── Data ──
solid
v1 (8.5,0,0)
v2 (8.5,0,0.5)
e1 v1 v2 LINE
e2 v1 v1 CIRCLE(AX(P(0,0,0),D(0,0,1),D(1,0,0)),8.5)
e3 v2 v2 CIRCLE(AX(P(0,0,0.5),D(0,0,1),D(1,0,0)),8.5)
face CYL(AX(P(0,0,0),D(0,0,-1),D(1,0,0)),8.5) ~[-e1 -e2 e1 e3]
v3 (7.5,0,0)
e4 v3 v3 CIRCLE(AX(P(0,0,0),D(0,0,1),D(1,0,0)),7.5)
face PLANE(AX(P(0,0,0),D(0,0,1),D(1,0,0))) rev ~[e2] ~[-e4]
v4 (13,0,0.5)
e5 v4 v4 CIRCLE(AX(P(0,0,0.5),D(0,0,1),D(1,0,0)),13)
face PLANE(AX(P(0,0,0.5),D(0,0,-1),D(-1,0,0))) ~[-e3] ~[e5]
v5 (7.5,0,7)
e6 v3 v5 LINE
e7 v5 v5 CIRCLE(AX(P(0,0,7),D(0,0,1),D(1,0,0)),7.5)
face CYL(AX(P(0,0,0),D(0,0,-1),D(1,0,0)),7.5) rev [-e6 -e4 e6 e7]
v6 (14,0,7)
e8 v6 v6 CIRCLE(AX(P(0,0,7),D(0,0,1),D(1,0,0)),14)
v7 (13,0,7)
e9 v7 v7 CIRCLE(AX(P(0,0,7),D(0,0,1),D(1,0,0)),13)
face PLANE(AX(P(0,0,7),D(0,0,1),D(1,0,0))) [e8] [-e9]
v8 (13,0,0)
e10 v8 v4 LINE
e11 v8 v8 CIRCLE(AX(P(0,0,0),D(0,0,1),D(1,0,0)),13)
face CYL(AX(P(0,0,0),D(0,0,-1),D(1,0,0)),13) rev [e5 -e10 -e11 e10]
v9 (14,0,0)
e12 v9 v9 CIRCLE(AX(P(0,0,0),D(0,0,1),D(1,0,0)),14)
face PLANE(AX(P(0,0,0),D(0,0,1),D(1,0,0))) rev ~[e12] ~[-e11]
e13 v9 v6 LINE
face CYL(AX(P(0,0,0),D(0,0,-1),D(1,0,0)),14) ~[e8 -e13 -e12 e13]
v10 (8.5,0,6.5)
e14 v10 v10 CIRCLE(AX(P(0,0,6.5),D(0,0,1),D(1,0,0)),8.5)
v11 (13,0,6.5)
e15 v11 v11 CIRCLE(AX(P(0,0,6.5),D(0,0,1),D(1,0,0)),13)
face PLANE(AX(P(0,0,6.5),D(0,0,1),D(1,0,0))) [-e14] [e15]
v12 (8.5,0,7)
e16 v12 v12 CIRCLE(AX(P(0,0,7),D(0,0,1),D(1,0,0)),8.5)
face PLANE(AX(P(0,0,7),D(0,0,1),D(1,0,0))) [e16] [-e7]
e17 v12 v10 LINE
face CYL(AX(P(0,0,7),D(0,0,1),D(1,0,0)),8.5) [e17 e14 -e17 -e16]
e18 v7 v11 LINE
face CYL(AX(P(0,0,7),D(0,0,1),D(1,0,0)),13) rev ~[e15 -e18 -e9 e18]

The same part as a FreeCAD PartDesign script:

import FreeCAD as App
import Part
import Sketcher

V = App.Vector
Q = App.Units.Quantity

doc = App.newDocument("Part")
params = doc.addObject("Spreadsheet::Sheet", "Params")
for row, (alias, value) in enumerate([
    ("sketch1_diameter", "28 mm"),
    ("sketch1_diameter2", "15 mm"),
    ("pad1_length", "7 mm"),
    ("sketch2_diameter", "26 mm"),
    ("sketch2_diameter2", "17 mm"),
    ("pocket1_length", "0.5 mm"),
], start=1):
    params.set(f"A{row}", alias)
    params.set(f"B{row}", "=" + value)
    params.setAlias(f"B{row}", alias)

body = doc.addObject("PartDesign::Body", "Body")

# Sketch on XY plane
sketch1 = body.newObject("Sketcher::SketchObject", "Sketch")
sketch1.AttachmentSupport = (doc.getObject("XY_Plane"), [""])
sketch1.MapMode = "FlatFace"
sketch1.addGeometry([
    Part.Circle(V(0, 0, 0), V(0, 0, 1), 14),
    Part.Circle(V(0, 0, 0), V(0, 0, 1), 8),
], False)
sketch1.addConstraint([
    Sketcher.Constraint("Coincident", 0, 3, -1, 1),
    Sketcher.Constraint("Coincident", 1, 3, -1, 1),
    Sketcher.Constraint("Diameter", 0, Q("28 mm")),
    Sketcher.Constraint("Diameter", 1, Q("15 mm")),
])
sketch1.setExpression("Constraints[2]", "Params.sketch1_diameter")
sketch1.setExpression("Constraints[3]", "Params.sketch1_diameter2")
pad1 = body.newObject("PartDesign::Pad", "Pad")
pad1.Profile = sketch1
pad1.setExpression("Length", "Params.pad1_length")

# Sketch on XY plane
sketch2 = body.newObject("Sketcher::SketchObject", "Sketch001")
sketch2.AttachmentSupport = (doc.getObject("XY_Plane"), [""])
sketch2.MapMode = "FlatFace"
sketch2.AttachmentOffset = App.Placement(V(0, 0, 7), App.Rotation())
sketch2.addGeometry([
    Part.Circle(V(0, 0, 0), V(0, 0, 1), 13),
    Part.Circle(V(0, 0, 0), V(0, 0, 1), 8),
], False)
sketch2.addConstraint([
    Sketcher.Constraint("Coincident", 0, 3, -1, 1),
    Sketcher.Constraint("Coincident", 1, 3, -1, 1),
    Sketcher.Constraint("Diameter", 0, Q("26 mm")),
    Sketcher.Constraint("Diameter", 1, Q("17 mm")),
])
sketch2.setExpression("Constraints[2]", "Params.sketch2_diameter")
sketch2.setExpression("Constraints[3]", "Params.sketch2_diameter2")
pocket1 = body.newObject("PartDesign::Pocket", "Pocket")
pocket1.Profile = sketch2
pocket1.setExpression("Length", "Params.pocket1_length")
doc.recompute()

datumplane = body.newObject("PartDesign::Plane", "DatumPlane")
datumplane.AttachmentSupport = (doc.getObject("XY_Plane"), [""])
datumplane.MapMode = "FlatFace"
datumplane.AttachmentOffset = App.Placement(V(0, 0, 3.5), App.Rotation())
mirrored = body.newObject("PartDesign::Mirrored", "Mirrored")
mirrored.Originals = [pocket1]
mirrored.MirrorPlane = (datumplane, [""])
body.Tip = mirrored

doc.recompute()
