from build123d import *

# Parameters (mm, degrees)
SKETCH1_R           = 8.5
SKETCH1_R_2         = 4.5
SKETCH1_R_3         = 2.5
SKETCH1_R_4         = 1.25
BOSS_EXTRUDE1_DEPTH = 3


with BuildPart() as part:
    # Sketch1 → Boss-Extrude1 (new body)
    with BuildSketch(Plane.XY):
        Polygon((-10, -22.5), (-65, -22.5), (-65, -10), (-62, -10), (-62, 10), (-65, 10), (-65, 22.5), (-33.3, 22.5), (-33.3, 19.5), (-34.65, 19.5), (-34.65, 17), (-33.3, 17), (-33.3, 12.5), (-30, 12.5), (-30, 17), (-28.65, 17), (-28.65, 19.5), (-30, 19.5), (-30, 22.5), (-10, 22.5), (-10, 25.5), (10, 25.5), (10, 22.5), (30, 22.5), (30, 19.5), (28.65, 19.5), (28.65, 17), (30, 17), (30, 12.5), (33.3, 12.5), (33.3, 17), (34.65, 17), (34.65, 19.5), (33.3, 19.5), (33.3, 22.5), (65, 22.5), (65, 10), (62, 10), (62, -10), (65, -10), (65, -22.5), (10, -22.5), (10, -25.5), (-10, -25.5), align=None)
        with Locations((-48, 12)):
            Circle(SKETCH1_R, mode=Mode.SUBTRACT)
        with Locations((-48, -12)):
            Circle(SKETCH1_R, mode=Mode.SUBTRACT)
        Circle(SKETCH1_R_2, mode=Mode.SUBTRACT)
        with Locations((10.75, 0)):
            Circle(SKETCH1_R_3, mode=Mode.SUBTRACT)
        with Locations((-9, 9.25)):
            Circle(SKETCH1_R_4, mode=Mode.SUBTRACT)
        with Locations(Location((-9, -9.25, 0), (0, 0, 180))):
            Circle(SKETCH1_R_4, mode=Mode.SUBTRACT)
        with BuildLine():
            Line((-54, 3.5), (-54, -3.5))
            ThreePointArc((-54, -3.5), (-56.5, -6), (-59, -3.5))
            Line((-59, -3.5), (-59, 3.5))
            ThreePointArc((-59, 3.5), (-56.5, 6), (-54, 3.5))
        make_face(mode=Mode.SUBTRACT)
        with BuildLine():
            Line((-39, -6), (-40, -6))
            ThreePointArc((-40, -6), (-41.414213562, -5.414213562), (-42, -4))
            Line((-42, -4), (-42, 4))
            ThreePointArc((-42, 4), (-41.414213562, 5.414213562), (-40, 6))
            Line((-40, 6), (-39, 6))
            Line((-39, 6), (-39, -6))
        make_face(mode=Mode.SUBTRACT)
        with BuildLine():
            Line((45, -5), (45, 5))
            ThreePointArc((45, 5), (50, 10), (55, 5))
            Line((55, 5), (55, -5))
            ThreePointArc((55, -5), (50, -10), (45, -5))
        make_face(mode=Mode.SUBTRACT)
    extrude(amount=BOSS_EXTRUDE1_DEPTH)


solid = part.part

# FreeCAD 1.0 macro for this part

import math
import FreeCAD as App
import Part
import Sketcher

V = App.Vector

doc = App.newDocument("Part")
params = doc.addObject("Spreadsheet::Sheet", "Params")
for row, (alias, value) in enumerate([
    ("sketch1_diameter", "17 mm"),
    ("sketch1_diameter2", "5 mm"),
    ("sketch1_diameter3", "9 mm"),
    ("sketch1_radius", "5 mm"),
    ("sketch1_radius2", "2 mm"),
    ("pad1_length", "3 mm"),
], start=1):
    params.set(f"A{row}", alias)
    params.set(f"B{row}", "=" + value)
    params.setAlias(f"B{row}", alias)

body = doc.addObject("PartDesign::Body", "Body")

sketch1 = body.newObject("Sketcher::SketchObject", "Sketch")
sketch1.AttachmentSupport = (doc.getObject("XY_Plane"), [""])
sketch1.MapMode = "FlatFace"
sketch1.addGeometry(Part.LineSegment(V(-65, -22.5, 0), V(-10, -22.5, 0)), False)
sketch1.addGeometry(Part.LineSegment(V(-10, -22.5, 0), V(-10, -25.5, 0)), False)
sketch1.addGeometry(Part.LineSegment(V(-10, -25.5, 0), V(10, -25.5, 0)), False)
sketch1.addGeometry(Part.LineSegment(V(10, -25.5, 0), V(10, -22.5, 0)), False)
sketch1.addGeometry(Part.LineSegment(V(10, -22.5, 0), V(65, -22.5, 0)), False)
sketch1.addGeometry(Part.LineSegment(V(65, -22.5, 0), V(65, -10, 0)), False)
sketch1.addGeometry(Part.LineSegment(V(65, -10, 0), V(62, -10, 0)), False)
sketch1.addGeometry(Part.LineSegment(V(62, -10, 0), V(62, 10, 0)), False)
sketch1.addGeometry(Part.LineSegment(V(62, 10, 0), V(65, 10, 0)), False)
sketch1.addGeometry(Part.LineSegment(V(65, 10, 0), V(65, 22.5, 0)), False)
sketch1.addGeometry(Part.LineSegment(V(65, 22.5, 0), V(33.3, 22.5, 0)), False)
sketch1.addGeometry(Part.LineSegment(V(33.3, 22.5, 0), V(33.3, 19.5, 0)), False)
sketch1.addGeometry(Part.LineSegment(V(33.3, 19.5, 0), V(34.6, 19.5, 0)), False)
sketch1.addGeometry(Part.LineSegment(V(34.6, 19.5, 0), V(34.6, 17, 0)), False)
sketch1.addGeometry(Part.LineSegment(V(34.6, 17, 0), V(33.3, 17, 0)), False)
───
__How to complete this task__
The answer must hold only the lines from the first line of the data through the line bearing "v4 (13,0,0.5)", returned exactly.

__Exercise result__
solid
v1 (8.5,0,0)
v2 (8.5,0,0.5)
e1 v1 v2 LINE
e2 v1 v1 CIRCLE(AX(P(0,0,0),D(0,0,1),D(1,0,0)),8.5)
e3 v2 v2 CIRCLE(AX(P(0,0,0.5),D(0,0,1),D(1,0,0)),8.5)
face CYL(AX(P(0,0,0),D(0,0,-1),D(1,0,0)),8.5) ~[-e1 -e2 e1 e3]
v3 (7.5,0,0)
e4 v3 v3 CIRCLE(AX(P(0,0,0),D(0,0,1),D(1,0,0)),7.5)
face PLANE(AX(P(0,0,0),D(0,0,1),D(1,0,0))) rev ~[e2] ~[-e4]
v4 (13,0,0.5)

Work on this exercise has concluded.